There is no code of morality among the Calipan except the code pertaining to the earning of nobility and the conduct of wars. They war with each other frequently over trifling disagreements, but the wars are not brutal. It is considered poor form to kill anyone if you can stop at wounding them. A master swordsman is marked by his ability to disable his opponent without maiming him. Certainly it is taboo for nobles to seek to slay each other. In these wars, defeated nobles may lose their estates, wives, husbands and animals but they do not lose their kens pieces or their swords. Nobles take pride in the self-sufficiency of their estates, where food is shared equally among the peasants. For the most part, the land is fertile, the population is controlled, and there is more than enough food for all. Iron is prized, for there is little iron ore to be had in the country. Also prized are the animals the breeders of Calipan have bred from the domestic beasts familiar to man. Livestock are larger, less temperamental, easier to raise, survive with less food, don't move around so much and consequently provide an abundance of tender, nourishing meat-- although it is a little bland, this being the rule with Calipan cuisine, where a dish is described as exotic if it has too much salt on it.

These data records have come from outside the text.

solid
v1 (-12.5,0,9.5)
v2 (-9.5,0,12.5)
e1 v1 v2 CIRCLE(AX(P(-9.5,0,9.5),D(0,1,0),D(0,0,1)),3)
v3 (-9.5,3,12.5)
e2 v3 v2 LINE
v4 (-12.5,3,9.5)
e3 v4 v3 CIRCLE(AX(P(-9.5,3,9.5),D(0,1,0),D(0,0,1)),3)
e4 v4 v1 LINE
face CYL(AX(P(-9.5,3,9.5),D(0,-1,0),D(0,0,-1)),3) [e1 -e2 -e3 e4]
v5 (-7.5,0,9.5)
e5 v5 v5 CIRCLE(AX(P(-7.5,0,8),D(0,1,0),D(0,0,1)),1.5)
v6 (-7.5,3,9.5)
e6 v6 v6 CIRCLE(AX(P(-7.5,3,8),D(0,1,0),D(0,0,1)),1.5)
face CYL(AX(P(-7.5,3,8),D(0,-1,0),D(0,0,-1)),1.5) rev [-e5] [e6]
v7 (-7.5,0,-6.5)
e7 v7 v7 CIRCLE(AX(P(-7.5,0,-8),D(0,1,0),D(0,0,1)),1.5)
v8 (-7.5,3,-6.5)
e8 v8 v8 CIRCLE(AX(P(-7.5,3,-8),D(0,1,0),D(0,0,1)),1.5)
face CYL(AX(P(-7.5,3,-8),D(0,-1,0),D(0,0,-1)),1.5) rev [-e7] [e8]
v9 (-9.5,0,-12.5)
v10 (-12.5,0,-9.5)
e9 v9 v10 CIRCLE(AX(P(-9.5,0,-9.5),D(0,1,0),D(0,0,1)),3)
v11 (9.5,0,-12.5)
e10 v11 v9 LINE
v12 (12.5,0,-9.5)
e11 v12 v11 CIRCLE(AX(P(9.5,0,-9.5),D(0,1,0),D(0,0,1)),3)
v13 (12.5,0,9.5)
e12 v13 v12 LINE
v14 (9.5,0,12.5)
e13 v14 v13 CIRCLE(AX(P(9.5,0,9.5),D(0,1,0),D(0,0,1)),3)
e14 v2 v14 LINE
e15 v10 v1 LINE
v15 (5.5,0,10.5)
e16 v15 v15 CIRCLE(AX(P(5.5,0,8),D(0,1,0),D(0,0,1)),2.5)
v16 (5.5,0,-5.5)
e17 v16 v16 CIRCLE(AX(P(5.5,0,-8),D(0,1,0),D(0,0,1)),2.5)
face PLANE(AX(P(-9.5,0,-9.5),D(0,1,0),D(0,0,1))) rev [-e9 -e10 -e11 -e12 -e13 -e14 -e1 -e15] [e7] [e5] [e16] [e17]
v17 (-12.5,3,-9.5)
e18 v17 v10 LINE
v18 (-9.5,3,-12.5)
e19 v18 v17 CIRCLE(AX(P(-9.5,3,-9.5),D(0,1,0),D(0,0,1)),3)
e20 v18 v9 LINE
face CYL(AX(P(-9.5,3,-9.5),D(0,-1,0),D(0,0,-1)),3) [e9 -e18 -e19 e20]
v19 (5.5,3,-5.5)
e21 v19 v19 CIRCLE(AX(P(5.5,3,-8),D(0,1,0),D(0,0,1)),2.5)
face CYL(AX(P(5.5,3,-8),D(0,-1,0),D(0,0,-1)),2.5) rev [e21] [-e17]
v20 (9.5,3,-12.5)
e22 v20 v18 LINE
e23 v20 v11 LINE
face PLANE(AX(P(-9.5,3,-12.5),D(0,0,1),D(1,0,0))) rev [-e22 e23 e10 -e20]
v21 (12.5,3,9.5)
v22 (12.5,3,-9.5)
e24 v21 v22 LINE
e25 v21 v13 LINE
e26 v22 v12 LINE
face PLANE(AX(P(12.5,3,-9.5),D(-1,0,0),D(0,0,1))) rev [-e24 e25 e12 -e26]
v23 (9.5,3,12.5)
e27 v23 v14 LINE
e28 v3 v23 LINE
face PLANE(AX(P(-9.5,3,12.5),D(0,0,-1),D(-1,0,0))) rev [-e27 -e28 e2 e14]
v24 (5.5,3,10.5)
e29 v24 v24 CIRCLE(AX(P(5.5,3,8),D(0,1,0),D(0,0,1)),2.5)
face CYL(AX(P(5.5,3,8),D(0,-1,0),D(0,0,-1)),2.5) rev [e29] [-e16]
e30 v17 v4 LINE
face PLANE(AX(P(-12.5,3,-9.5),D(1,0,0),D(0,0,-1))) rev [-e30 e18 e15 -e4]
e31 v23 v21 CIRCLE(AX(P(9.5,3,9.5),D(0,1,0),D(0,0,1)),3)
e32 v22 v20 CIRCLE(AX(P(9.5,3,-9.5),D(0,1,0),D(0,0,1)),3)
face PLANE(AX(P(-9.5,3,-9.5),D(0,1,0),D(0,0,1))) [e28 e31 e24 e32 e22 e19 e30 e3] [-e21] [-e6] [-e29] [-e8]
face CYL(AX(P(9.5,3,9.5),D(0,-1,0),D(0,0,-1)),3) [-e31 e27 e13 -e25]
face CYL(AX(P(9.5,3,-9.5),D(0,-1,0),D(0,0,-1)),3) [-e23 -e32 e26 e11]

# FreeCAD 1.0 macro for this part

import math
import FreeCAD as App
import Part
import Sketcher

doc = App.newDocument("Part")
body = doc.addObject("PartDesign::Body", "Body")

sketch1 = body.newObject("Sketcher::SketchObject", "Sketch")
sketch1.AttachmentSupport = (doc.getObject("XZ_Plane"), [""])
sketch1.MapMode = "FlatFace"
sketch1.addGeometry([
    Part.LineSegment(App.Vector(9.5, -12.5, 0), App.Vector(-9.5, -12.5, 0)),
    Part.ArcOfCircle(Part.Circle(App.Vector(-9.5, -9.5, 0), App.Vector(0, 0, 1), 3), math.radians(180), math.radians(270)),
    Part.LineSegment(App.Vector(-12.5, -9.5, 0), App.Vector(-12.5, 9.5, 0)),
    Part.ArcOfCircle(Part.Circle(App.Vector(-9.5, 9.5, 0), App.Vector(0, 0, 1), 3), math.radians(90), math.radians(180)),
    Part.LineSegment(App.Vector(-9.5, 12.5, 0), App.Vector(9.5, 12.5, 0)),
    Part.ArcOfCircle(Part.Circle(App.Vector(9.5, 9.5, 0), App.Vector(0, 0, 1), 3), math.radians(0), math.radians(90)),
    Part.LineSegment(App.Vector(12.5, 9.5, 0), App.Vector(12.5, -9.5, 0)),
    Part.ArcOfCircle(Part.Circle(App.Vector(9.5, -9.5, 0), App.Vector(0, 0, 1), 3), math.radians(-90), math.radians(0)),
    Part.Circle(App.Vector(5.5, 8, 0), App.Vector(0, 0, 1), 2.5),
    Part.Circle(App.Vector(-7.5, 8, 0), App.Vector(0, 0, 1), 1.5),
    Part.Circle(App.Vector(5.5, -8, 0), App.Vector(0, 0, 1), 2.5),
    Part.Circle(App.Vector(-7.5, -8, 0), App.Vector(0, 0, 1), 1.5),
], False)
sketch1.addConstraint([
    Sketcher.Constraint("Tangent", 0, 2, 1, 2),
    Sketcher.Constraint("Tangent", 1, 1, 2, 1),
    Sketcher.Constraint("Tangent", 2, 2, 3, 2),
    Sketcher.Constraint("Tangent", 3, 1, 4, 1),
    Sketcher.Constraint("Tangent", 4, 2, 5, 2),
    Sketcher.Constraint("Tangent", 5, 1, 6, 1),
    Sketcher.Constraint("Tangent", 6, 2, 7, 2),
    Sketcher.Constraint("Tangent", 7, 1, 0, 1),
    Sketcher.Constraint("Horizontal", 0),
    Sketcher.Constraint("Vertical", 2),
    Sketcher.Constraint("Horizontal", 4),
    Sketcher.Constraint("Vertical", 6),
    Sketcher.Constraint("Equal", 1, 3),
    Sketcher.Constraint("Equal", 3, 5),
    Sketcher.Constraint("Equal", 5, 7),
    Sketcher.Constraint("Equal", 8, 10),
    Sketcher.Constraint("Equal", 9, 11),
    Sketcher.Constraint("Symmetric", 1, 3, 5, 3, -1, 1),
    Sketcher.Constraint("Symmetric", 8, 3, 10, 3, -1),
    Sketcher.Constraint("Symmetric", 9, 3, 11, 3, -1),
    Sketcher.Constraint("Horizontal", 8, 3, 9, 3),
    Sketcher.Constraint("Equal", 4, 2),
    Sketcher.Constraint("Diameter", 8, 5.0),
    Sketcher.Constraint("Diameter", 9, 3.0),
    Sketcher.Constraint("Radius", 1, 3.0),
    Sketcher.Constraint("DistanceX", 0, 2, 0, 1, 19.0),
    Sketcher.Constraint("DistanceY", -1, 1, 8, 3, 8.0),
    Sketcher.Constraint("DistanceX", 8, 3, 5, 3, 4.0),
    Sketcher.Constraint("DistanceX", 3, 3, 9, 3, 2.0),
])
pad1 = body.newObject("PartDesign::Pad", "Pad")
pad1.Profile = sketch1
pad1.Length = 3
pad1.Reversed = True

doc.recompute()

There are extraordinary pets to be found: dogs that can fit in a man's hand, cats with fur of red and gold, birds that astonish you with their vocabulary. There are the shagrai, six legged mounts derived from the hippisna of the swamps. The hippisna is a cousin of the osquip, the creature whose hide is used to make sylvian leather. The osquip is a foot at the shoulder, while the hippisna can be as large as five feet at the shoulder. Its hide is tougher than sylvian leather, but makes fine clothing. The creature is expert at trotting through swamps. The Calipan crossed it with a number of other creatures and created the shagrai. The shagrai has six seven foot long legs with large webbed feet that allow it to carry its rider at speed through the swamps. Its head has two horns curling forwards over its furry monkey-like face. Its neck is long and reptilian, its back is coated with fur over which the Calipan throw thick cotton cloth as armor and saddle.
Most magnificent of all the Calipan creatures is the Nostil, which is the newest of their treasures. These are akin to horses, but breeding has given them rear legs which are stockier than those of a horse, and they stand ten feet at the shoulder. They are intelligent enough to understand speech. They can carry their rider at ninety miles per hour and leap twenty foot walls. They are a marvel equal to the pegasus, but like the pegasus, they are free-willed.